- **What to do**
In the records below, find the line that contains "v 41.271 54.994 0" and the line that contains "v -47.405 76.957 1.99", then retype exactly those two lines and every line between them.

*** Opening Records for this exercise ***

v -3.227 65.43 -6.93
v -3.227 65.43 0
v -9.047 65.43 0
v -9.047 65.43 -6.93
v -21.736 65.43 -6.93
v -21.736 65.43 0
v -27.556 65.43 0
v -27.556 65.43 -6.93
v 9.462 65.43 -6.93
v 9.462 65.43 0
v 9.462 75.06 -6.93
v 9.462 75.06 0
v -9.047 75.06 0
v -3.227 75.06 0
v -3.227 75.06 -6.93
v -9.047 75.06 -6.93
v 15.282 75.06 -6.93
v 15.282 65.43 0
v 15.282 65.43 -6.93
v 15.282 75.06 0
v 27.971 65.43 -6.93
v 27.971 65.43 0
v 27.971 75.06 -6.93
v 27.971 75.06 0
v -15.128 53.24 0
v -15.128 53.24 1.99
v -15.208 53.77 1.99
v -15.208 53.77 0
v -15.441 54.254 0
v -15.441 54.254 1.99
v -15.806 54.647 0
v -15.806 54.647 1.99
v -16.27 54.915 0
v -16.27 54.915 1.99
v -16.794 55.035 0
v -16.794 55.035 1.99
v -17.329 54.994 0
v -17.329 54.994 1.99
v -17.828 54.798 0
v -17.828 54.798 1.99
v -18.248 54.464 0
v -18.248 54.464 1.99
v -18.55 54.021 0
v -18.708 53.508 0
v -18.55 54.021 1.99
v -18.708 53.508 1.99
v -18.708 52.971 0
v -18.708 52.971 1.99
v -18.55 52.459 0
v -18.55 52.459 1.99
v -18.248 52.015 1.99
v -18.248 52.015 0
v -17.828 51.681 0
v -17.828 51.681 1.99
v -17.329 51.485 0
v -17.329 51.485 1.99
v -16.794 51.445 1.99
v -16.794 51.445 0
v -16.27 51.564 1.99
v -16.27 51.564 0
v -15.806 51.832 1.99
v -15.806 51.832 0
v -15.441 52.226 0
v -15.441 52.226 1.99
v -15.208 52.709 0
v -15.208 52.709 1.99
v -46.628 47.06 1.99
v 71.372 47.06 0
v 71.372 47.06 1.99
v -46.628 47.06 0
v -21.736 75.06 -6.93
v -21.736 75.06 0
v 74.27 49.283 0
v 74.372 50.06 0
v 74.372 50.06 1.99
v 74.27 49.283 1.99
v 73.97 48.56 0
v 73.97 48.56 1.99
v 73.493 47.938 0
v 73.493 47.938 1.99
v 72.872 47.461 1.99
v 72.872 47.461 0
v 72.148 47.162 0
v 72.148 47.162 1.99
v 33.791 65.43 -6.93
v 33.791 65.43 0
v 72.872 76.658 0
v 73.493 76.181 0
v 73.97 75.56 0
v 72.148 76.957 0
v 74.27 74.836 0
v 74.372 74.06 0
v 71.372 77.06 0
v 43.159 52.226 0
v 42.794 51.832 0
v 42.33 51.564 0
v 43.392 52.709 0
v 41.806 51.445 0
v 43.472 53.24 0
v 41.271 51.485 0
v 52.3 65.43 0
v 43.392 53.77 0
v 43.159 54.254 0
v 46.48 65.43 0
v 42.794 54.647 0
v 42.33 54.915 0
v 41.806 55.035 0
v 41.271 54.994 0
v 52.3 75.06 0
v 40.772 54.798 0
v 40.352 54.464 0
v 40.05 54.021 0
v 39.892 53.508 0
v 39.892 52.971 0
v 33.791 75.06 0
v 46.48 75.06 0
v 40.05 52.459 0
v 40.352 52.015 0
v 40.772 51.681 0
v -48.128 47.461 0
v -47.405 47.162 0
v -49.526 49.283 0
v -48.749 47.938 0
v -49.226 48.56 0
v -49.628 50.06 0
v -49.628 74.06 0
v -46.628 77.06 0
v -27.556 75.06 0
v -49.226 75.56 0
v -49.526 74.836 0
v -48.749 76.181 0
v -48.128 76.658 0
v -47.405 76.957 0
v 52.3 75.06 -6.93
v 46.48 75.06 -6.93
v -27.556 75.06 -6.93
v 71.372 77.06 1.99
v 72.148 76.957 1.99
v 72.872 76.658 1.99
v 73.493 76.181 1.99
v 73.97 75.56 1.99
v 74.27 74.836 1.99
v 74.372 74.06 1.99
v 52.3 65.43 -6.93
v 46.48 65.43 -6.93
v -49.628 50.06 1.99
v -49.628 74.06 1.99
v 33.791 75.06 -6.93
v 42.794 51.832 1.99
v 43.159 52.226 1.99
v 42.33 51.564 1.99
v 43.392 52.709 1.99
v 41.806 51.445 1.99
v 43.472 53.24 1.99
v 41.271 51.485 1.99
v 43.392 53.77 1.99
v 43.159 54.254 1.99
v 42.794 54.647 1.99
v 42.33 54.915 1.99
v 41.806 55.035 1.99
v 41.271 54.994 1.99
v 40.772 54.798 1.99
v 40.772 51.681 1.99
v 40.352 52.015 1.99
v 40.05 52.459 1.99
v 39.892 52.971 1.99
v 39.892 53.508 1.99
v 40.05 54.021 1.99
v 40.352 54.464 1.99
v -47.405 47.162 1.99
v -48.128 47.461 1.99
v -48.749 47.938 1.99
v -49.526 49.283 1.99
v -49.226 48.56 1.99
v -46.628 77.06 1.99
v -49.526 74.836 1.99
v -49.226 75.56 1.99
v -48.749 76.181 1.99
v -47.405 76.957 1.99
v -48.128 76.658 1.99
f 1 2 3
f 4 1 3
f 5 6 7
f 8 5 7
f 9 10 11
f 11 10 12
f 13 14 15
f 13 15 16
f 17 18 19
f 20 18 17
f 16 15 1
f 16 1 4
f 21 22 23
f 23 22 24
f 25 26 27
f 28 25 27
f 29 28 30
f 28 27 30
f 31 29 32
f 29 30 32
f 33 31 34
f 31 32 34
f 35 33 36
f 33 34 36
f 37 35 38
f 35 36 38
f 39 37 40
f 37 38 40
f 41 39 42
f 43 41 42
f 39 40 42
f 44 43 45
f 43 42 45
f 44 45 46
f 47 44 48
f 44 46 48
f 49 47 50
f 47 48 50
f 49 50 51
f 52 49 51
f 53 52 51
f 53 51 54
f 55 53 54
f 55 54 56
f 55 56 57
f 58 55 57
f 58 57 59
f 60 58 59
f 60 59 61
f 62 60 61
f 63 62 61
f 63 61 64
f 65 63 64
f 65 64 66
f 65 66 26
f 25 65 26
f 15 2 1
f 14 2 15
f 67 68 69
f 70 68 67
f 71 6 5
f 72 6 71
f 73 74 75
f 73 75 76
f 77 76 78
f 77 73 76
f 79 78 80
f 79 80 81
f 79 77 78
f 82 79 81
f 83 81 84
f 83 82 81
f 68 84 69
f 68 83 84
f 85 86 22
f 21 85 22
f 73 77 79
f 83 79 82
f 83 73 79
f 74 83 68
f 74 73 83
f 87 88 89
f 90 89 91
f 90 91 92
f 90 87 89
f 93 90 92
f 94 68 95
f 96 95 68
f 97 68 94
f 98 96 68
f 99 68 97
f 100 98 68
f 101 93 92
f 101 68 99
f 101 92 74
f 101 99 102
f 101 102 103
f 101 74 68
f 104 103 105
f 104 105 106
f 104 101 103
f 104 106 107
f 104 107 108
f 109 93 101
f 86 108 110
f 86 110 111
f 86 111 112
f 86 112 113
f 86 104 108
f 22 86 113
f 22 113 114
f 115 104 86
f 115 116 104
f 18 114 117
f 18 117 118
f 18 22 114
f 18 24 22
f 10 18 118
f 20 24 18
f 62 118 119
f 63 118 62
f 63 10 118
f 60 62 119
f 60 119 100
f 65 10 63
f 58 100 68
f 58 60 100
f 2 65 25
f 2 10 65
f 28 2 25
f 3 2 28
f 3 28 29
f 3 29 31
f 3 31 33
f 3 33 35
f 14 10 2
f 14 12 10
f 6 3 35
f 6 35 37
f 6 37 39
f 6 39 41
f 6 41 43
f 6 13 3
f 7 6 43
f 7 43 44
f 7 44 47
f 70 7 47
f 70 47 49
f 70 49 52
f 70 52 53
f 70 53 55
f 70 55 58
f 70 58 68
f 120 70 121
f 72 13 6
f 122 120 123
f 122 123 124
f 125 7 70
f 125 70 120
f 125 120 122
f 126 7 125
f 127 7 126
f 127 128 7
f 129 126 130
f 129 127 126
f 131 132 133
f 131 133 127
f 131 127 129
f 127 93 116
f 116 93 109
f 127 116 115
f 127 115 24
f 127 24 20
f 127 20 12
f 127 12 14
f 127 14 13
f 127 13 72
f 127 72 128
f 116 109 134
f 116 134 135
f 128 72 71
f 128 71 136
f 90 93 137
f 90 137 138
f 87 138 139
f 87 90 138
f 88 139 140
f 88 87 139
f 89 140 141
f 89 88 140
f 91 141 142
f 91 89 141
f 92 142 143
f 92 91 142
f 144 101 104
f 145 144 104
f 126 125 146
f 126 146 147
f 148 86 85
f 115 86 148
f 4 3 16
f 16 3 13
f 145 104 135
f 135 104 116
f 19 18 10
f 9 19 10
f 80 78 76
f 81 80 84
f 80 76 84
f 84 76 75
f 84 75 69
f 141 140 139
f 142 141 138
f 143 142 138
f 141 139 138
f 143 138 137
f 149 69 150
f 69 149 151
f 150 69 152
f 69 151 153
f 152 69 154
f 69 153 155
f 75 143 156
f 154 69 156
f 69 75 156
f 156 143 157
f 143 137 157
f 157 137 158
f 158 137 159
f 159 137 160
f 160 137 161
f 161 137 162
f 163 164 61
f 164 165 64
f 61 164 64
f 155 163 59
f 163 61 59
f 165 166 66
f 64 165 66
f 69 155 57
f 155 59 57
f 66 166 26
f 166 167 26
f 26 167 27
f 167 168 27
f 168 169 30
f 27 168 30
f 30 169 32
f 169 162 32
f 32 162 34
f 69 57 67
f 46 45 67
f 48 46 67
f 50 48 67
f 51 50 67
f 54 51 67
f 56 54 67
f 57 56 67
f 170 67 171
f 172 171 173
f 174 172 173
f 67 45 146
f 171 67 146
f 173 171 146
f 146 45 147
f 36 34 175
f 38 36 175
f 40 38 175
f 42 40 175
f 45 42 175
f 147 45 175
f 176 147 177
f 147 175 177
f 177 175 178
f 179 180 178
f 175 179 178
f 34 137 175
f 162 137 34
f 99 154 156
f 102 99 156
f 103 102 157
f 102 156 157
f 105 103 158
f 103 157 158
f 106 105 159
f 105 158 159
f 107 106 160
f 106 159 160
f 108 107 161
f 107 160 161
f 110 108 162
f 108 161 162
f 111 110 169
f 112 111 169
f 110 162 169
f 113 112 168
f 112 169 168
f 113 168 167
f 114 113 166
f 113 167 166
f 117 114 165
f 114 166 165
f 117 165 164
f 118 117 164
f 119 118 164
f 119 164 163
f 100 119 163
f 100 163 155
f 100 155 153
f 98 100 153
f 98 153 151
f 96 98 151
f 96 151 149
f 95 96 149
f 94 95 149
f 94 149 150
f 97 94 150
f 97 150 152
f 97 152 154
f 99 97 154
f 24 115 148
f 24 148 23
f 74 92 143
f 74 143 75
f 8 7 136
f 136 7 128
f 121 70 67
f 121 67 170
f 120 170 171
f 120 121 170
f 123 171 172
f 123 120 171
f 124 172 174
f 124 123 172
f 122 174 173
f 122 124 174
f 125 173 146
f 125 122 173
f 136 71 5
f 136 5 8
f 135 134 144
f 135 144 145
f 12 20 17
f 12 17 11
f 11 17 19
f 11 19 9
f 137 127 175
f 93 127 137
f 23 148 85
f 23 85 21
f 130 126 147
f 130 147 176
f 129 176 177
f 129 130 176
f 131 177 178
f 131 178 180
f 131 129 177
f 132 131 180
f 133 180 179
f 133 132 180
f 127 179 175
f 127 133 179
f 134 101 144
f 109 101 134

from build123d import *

# Parameters (mm, degrees)
BOSS_EXTRU_1_DEPTH             = 1.99
ESQUISSE3_W                    = 5.82
ESQUISSE3_H                    = 9.63
BOSS_EXTRU_5_DEPTH             = 6.93
R_P_TITION_LIN_AIRE2_COUNT     = 3
R_P_TITION_LIN_AIRE2_PITCH     = 18.509
R_P_TITION_LIN_AIRE2_COL_COUNT = 3
R_P_TITION_LIN_AIRE2_COL_PITCH = 18.509
D_GAGEMENT_M31_D               = 3.6


with BuildPart() as part:
    # Esquisse2 → Boss.-Extru.1 (new body)
    with BuildSketch(Plane.XY):
        with BuildLine():
            Line((-46.628094051, 77.059557029), (71.371905949, 77.059557029))
            ThreePointArc((71.371905949, 77.059557029), (73.493226293, 76.180877372), (74.371905949, 74.059557029))
            Line((74.371905949, 74.059557029), (74.371905949, 50.059557029))
            ThreePointArc((74.371905949, 50.059557029), (73.493226293, 47.938236685), (71.371905949, 47.059557029))
            Line((71.371905949, 47.059557029), (-46.628094051, 47.059557029))
            ThreePointArc((-46.628094051, 47.059557029), (-48.749414394, 47.938236685), (-49.628094051, 50.059557029))
            Line((-49.628094051, 50.059557029), (-49.628094051, 74.059557029))
            ThreePointArc((-49.628094051, 74.059557029), (-48.749414394, 76.180877372), (-46.628094051, 77.059557029))
        make_face()
    extrude(amount=BOSS_EXTRU_1_DEPTH)

    # Esquisse3 → Boss.-Extru.5 (add)
    with BuildSketch(Plane(origin=(0, 0, 0), x_dir=(-1, 0, 0), z_dir=(0, 0, -1))):
        with Locations((-12.371905949, 70.244557029)):
            Rectangle(ESQUISSE3_W, ESQUISSE3_H)
    boss_extru_5 = extrude(amount=BOSS_EXTRU_5_DEPTH)

    # Répétition linéaire2: Boss.-Extru.5 ×3
    with Locations(*[(-i * R_P_TITION_LIN_AIRE2_PITCH, 0, 0) for i in range(1, R_P_TITION_LIN_AIRE2_COUNT)]):
        add(boss_extru_5)

    # Répétition linéaire2 col: Boss.-Extru.5 ×3
    with Locations(*[(i * R_P_TITION_LIN_AIRE2_COL_PITCH, 0, 0) for i in range(1, R_P_TITION_LIN_AIRE2_COL_COUNT)]):
        add(boss_extru_5)

    # Dégagement M31 (through all)
    with Locations(Plane(origin=(0, 0, 0), x_dir=(-1, 0, 0), z_dir=(0, 0, -1))):
        with Locations((-41.671905949, 53.239557029), (16.928094051, 53.239557029)):
            Hole(D_GAGEMENT_M31_D / 2)


solid = part.part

*** Closing Records for this exercise ***

- **Your response**
v 41.271 54.994 0
v 52.3 75.06 0
v 40.772 54.798 0
v 40.352 54.464 0
v 40.05 54.021 0
v 39.892 53.508 0
v 39.892 52.971 0
v 33.791 75.06 0
v 46.48 75.06 0
v 40.05 52.459 0
v 40.352 52.015 0
v 40.772 51.681 0
v -48.128 47.461 0
v -47.405 47.162 0
v -49.526 49.283 0
v -48.749 47.938 0
v -49.226 48.56 0
v -49.628 50.06 0
v -49.628 74.06 0
v -46.628 77.06 0
v -27.556 75.06 0
v -49.226 75.56 0
v -49.526 74.836 0
v -48.749 76.181 0
v -48.128 76.658 0
v -47.405 76.957 0
v 52.3 75.06 -6.93
v 46.48 75.06 -6.93
v -27.556 75.06 -6.93
v 71.372 77.06 1.99
v 72.148 76.957 1.99
v 72.872 76.658 1.99
v 73.493 76.181 1.99
v 73.97 75.56 1.99
v 74.27 74.836 1.99
v 74.372 74.06 1.99
v 52.3 65.43 -6.93
v 46.48 65.43 -6.93
v -49.628 50.06 1.99
v -49.628 74.06 1.99
v 33.791 75.06 -6.93
v 42.794 51.832 1.99
v 43.159 52.226 1.99
v 42.33 51.564 1.99
v 43.392 52.709 1.99
v 41.806 51.445 1.99
v 43.472 53.24 1.99
v 41.271 51.485 1.99
v 43.392 53.77 1.99
v 43.159 54.254 1.99
v 42.794 54.647 1.99
v 42.33 54.915 1.99
v 41.806 55.035 1.99
v 41.271 54.994 1.99
v 40.772 54.798 1.99
v 40.772 51.681 1.99
v 40.352 52.015 1.99
v 40.05 52.459 1.99
v 39.892 52.971 1.99
v 39.892 53.508 1.99
v 40.05 54.021 1.99
v 40.352 54.464 1.99
v -47.405 47.162 1.99
v -48.128 47.461 1.99
v -48.749 47.938 1.99
v -49.526 49.283 1.99
v -49.226 48.56 1.99
v -46.628 77.06 1.99
v -49.526 74.836 1.99
v -49.226 75.56 1.99
v -48.749 76.181 1.99
v -47.405 76.957 1.99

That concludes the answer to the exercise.